DATA FOR THIS TASK
※

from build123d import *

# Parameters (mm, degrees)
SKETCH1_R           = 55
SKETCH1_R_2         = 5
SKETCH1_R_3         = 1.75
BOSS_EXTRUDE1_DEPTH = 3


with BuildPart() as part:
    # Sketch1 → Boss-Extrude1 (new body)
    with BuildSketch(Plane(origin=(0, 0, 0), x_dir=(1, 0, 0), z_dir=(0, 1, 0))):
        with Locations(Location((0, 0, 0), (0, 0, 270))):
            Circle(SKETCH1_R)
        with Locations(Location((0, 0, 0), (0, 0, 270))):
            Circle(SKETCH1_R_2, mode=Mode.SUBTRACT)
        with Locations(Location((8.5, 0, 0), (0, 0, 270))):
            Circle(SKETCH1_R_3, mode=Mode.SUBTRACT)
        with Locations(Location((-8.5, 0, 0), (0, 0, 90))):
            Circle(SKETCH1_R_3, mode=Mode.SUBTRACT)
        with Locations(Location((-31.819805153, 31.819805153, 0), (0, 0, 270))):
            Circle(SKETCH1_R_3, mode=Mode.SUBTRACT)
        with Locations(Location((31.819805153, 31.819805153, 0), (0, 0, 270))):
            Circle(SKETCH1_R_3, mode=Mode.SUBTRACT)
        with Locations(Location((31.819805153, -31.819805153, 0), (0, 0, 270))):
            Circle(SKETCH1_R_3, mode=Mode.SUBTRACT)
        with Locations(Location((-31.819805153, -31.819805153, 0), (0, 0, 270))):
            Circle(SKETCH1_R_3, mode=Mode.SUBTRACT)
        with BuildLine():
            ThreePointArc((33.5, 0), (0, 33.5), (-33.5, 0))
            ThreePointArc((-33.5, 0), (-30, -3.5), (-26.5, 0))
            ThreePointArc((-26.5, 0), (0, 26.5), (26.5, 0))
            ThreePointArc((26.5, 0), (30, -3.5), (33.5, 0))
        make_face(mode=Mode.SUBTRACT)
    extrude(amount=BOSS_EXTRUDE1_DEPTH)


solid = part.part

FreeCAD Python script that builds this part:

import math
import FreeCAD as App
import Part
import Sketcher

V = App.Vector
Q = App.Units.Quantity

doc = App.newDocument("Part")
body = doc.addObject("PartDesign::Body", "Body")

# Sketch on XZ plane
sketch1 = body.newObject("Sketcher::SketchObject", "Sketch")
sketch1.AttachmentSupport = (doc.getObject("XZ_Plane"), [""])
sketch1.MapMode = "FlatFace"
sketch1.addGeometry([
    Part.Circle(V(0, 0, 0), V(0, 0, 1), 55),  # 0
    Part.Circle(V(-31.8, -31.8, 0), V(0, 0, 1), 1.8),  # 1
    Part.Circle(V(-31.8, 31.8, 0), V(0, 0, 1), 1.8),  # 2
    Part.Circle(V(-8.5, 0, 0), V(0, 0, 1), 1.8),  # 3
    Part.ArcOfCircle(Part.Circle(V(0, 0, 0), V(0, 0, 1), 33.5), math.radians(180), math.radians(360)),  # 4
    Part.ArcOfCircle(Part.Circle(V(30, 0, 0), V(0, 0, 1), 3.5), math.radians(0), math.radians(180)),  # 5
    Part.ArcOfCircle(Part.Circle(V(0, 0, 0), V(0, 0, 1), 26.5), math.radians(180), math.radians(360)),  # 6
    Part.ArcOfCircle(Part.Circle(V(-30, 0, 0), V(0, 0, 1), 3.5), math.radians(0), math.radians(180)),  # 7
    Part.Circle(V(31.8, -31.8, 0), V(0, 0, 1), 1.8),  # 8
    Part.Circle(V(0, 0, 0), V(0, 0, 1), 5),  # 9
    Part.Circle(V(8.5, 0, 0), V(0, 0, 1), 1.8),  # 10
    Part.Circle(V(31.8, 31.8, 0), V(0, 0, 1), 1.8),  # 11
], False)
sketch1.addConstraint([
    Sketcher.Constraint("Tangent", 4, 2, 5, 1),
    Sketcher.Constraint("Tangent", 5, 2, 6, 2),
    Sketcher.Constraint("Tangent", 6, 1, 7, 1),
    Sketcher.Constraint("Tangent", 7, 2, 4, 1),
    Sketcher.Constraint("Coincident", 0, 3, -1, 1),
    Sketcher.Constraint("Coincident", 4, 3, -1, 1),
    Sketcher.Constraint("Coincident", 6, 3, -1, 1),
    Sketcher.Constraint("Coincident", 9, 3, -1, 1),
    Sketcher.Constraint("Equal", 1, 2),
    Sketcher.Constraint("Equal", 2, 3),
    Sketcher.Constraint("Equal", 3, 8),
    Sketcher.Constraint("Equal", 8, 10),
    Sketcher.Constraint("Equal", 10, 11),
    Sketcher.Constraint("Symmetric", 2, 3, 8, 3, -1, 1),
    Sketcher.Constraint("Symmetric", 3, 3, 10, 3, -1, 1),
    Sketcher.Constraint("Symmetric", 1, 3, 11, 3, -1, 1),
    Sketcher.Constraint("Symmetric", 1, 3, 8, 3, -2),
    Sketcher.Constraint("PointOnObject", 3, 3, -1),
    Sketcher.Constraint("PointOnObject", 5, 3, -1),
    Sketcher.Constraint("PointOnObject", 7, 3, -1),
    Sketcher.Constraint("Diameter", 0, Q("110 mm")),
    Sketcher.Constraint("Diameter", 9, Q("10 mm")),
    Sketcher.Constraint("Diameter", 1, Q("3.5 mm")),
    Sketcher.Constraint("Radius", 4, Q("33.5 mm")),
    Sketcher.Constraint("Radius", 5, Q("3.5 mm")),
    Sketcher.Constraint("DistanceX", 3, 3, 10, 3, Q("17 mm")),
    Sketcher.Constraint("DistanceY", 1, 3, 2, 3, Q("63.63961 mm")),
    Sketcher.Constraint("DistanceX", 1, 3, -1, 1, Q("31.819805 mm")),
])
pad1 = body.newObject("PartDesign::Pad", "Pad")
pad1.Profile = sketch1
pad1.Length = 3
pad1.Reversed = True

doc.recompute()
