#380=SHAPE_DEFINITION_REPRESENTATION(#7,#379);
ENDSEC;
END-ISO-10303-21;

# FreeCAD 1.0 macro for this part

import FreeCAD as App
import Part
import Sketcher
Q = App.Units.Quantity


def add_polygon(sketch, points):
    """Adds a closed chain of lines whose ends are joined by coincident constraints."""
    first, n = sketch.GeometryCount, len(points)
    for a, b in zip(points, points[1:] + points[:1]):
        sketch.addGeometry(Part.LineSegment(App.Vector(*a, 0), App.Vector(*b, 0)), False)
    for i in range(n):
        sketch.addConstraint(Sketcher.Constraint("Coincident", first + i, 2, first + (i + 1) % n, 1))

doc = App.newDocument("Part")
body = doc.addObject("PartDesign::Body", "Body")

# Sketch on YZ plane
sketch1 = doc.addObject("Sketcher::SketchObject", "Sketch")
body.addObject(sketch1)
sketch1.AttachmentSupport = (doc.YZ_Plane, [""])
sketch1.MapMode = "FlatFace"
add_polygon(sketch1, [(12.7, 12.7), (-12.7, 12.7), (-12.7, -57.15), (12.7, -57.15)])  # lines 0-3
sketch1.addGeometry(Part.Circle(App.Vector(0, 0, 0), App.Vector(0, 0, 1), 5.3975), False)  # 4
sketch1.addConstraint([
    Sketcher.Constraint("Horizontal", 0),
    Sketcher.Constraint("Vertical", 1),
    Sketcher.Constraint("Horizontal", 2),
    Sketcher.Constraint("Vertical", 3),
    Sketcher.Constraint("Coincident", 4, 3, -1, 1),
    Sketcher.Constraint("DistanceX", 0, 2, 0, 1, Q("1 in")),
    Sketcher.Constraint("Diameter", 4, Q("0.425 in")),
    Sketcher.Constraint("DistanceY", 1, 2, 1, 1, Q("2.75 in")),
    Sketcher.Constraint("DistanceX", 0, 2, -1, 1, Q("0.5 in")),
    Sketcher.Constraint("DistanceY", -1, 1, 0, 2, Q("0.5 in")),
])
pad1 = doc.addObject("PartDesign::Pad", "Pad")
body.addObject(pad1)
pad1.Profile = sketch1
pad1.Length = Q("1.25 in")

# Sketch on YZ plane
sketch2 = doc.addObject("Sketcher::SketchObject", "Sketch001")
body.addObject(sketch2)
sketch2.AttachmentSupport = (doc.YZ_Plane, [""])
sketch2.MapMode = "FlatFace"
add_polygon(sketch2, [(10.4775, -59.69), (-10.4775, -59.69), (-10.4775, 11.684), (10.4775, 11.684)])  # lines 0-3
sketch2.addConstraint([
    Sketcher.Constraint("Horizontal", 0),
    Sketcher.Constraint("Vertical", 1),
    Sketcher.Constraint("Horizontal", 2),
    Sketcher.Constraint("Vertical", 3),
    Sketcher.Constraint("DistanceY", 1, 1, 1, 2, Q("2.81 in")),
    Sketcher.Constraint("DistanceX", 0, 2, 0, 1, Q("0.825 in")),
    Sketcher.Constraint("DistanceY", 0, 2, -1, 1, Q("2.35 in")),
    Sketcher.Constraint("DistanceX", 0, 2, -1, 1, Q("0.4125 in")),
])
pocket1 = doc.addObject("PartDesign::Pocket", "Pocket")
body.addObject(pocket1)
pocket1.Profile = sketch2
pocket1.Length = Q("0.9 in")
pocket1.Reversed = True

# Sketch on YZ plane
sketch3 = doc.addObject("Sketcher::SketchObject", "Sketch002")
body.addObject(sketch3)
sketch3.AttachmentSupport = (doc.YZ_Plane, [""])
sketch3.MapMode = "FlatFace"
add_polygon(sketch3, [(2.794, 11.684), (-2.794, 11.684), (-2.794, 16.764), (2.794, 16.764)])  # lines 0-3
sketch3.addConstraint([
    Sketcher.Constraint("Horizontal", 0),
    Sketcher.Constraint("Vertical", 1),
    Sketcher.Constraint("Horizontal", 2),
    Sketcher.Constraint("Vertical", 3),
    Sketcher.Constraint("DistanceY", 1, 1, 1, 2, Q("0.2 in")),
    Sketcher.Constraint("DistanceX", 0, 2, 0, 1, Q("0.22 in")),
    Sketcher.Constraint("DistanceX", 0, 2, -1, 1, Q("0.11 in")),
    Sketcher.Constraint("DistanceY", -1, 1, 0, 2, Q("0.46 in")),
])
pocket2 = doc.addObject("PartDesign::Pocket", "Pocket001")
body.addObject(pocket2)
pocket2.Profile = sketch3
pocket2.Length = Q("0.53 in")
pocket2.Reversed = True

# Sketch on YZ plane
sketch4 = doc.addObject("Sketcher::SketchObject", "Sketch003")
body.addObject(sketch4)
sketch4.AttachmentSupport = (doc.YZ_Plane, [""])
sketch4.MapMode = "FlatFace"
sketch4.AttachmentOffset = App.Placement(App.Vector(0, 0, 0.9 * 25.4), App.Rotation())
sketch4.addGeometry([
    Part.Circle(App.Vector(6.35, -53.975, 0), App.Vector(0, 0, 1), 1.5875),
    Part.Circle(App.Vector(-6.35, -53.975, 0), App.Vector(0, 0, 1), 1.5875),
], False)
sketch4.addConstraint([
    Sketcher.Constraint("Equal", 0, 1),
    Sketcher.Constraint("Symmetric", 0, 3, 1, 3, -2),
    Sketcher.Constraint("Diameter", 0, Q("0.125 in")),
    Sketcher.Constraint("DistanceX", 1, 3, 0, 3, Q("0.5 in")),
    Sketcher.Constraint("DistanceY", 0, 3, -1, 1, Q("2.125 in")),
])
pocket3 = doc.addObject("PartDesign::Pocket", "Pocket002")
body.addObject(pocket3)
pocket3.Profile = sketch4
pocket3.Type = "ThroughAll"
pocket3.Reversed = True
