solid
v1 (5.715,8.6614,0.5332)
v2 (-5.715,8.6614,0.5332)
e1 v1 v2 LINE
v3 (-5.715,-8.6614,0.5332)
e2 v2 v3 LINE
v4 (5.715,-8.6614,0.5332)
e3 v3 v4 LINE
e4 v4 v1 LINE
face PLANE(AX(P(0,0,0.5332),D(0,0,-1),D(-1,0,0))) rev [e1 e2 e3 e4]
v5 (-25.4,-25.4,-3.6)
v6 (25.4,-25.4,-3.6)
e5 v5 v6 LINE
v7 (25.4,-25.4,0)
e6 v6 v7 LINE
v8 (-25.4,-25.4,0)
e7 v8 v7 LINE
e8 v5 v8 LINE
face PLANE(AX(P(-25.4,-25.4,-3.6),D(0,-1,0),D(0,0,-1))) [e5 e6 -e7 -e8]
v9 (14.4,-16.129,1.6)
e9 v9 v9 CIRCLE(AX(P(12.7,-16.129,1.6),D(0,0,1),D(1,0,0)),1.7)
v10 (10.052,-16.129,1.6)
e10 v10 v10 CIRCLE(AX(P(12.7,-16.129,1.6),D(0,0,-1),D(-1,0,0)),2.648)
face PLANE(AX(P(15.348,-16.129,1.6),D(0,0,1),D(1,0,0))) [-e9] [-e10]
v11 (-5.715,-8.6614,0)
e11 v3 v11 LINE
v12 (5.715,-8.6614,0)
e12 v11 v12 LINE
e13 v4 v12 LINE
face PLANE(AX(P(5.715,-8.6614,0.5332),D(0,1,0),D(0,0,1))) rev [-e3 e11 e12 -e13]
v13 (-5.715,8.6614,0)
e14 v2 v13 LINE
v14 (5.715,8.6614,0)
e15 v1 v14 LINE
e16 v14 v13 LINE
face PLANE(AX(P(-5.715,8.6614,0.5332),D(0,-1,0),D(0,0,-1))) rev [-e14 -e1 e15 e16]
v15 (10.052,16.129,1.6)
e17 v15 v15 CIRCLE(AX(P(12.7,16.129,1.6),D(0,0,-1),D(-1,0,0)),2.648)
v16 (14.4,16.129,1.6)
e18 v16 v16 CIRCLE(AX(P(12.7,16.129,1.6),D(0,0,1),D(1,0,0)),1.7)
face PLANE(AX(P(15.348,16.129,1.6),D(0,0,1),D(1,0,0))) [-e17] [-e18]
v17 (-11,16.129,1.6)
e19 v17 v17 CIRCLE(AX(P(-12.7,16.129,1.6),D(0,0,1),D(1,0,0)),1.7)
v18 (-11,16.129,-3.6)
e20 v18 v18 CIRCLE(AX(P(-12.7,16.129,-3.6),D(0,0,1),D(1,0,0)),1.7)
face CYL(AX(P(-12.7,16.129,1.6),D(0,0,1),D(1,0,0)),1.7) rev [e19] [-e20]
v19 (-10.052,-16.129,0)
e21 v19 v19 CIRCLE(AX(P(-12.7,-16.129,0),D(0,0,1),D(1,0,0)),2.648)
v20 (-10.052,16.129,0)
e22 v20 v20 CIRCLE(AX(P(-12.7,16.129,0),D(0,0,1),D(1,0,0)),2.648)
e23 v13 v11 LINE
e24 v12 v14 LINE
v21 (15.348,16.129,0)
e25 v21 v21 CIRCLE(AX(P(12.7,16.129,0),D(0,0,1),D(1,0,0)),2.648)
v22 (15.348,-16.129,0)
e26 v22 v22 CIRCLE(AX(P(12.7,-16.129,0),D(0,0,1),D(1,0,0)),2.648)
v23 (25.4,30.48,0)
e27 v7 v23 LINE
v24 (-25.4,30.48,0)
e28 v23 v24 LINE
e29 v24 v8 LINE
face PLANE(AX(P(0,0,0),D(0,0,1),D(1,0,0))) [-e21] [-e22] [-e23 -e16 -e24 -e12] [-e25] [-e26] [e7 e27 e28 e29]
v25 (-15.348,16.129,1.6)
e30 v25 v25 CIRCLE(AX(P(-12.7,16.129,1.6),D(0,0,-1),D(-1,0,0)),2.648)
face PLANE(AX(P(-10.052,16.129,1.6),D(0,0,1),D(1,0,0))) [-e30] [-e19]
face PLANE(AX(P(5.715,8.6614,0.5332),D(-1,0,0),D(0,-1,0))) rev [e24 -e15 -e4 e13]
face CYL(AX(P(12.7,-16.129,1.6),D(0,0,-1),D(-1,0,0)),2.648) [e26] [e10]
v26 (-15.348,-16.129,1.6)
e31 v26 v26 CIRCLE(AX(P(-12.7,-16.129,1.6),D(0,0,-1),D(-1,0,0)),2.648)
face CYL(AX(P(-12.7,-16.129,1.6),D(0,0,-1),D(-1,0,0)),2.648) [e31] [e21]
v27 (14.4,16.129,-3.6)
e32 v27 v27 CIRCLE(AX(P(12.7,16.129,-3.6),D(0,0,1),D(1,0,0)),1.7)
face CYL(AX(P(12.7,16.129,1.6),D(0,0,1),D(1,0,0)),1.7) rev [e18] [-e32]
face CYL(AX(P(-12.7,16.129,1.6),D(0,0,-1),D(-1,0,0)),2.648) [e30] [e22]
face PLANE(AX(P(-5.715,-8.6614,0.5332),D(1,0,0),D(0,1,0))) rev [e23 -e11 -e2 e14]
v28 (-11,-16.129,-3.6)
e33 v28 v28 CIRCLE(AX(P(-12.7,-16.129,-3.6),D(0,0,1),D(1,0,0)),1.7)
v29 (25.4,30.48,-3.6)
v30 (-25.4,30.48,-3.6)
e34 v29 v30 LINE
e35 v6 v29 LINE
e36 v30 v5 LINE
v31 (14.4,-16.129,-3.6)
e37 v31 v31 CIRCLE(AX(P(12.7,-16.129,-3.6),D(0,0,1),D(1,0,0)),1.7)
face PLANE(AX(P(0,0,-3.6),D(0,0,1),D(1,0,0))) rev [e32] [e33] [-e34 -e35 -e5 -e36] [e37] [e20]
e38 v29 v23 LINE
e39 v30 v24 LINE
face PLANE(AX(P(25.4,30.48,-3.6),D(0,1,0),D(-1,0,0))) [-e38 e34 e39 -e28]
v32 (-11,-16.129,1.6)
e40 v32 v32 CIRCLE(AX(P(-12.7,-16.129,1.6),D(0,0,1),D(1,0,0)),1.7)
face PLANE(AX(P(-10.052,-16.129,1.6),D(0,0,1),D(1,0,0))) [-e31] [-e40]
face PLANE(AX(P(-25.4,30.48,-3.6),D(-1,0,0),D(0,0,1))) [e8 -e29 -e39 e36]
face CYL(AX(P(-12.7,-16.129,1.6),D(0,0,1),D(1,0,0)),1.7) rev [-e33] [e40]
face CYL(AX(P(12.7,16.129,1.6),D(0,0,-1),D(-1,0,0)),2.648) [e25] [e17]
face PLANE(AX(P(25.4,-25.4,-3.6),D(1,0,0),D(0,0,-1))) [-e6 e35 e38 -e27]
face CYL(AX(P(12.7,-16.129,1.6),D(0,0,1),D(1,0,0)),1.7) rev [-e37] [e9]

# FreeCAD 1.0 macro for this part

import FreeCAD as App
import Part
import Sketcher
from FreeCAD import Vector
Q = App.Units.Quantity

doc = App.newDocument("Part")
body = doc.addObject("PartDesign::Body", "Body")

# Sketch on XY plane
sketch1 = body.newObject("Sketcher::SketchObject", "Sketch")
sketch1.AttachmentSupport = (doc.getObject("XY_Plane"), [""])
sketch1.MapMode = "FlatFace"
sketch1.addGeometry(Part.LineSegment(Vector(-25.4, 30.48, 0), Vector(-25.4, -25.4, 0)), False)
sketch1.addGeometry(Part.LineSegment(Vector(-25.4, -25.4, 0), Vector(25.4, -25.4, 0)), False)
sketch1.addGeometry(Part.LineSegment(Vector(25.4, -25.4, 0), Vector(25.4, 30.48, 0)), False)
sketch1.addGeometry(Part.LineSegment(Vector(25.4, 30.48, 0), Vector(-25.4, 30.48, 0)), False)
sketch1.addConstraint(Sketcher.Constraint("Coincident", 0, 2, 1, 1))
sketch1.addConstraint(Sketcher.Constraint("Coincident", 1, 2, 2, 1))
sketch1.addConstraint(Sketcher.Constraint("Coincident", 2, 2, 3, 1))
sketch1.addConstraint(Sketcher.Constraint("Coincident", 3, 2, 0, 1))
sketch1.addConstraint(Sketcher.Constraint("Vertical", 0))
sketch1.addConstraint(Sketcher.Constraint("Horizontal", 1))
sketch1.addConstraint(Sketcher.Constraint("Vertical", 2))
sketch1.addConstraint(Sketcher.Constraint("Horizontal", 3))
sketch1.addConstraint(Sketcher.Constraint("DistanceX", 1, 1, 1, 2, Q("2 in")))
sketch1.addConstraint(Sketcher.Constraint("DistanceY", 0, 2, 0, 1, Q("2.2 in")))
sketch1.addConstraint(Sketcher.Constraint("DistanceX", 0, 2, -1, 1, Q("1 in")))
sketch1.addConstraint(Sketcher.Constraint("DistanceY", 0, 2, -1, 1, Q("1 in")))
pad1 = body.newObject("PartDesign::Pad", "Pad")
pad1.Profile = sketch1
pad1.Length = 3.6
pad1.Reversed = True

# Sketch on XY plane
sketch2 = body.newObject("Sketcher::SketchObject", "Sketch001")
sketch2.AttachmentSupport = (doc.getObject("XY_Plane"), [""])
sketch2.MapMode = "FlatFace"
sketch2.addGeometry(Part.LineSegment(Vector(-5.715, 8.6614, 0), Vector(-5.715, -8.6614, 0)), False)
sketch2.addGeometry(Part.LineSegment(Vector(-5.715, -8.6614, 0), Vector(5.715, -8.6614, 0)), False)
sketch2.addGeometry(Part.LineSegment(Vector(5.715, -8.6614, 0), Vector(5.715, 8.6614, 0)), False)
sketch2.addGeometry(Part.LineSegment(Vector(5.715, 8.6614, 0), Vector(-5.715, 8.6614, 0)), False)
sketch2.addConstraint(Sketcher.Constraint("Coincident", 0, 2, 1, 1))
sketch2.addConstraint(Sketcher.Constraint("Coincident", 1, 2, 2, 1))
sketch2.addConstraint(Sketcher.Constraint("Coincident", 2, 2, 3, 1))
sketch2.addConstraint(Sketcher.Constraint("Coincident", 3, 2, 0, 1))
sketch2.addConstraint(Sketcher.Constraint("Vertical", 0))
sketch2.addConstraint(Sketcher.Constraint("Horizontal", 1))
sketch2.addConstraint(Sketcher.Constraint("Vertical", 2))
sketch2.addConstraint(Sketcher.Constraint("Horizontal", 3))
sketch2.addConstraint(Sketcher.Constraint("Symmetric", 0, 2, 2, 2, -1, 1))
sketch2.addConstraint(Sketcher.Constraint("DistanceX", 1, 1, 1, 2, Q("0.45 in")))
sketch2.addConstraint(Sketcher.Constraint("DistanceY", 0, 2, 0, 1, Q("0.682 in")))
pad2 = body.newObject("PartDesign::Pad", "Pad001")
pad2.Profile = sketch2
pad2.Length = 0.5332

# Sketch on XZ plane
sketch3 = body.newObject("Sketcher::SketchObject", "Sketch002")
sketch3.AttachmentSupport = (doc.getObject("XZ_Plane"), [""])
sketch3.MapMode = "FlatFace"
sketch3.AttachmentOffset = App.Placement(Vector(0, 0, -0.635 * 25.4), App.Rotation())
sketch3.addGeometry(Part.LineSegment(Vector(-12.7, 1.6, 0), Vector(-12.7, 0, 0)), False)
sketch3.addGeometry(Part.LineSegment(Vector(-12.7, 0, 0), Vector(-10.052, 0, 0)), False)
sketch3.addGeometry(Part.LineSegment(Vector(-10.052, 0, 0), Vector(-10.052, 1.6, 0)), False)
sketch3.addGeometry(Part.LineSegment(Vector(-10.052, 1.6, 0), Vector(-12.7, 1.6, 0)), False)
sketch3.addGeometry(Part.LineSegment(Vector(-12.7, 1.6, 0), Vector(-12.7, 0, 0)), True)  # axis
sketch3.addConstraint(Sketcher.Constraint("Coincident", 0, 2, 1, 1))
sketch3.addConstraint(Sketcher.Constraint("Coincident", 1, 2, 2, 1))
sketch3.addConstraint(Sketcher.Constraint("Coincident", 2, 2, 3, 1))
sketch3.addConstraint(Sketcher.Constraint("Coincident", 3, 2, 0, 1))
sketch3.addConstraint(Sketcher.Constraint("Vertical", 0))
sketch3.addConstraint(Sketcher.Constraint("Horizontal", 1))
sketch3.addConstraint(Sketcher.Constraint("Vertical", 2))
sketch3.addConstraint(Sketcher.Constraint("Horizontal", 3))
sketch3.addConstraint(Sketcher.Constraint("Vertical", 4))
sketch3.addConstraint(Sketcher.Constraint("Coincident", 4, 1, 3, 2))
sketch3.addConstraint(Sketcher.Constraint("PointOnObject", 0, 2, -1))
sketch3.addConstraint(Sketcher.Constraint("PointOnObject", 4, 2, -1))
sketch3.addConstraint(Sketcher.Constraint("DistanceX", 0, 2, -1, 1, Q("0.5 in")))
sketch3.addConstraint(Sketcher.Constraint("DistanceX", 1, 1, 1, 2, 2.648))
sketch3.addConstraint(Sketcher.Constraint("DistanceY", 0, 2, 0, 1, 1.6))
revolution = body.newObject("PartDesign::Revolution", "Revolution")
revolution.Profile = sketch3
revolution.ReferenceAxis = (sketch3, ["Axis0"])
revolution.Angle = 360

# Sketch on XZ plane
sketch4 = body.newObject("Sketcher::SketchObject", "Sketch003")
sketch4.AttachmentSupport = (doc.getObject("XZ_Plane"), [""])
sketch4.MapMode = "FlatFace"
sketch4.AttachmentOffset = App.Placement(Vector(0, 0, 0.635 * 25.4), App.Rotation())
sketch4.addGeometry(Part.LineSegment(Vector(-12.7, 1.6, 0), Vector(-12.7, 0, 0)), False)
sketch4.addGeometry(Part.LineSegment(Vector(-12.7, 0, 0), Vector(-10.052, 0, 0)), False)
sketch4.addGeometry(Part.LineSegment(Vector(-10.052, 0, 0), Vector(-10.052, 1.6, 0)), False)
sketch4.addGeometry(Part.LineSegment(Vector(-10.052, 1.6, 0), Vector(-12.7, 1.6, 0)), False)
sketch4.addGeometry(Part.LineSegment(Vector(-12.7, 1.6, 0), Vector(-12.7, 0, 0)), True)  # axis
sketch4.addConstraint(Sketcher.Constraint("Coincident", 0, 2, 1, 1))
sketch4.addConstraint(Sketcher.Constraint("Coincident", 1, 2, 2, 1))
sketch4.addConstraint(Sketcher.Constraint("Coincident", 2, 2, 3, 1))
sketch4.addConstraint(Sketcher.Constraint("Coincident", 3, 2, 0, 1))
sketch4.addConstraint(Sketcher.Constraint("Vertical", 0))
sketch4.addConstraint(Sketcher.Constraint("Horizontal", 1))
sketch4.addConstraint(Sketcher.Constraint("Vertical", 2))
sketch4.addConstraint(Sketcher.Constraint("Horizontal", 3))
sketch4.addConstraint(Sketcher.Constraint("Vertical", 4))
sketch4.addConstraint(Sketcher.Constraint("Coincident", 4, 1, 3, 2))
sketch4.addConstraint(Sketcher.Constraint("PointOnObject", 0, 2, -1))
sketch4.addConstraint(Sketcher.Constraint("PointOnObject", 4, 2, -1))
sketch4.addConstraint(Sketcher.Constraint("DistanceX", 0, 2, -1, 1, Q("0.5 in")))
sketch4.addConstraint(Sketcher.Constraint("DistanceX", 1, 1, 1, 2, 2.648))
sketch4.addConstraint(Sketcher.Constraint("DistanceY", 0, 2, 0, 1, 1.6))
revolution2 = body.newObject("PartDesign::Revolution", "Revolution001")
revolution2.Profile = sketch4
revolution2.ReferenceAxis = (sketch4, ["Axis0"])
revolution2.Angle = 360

※

TASK REQUIREMENTS
Take the entries above and copy them exactly from the first line through the line with "# Sketch1 → Boss-Extrude1 (new body)"; leave out every line after it.

WRITTEN SOLUTION
from build123d import *

# Parameters (mm, degrees)
SKETCH1_R           = 55
SKETCH1_R_2         = 5
SKETCH1_R_3         = 1.75
BOSS_EXTRUDE1_DEPTH = 3


with BuildPart() as part:
    # Sketch1 → Boss-Extrude1 (new body)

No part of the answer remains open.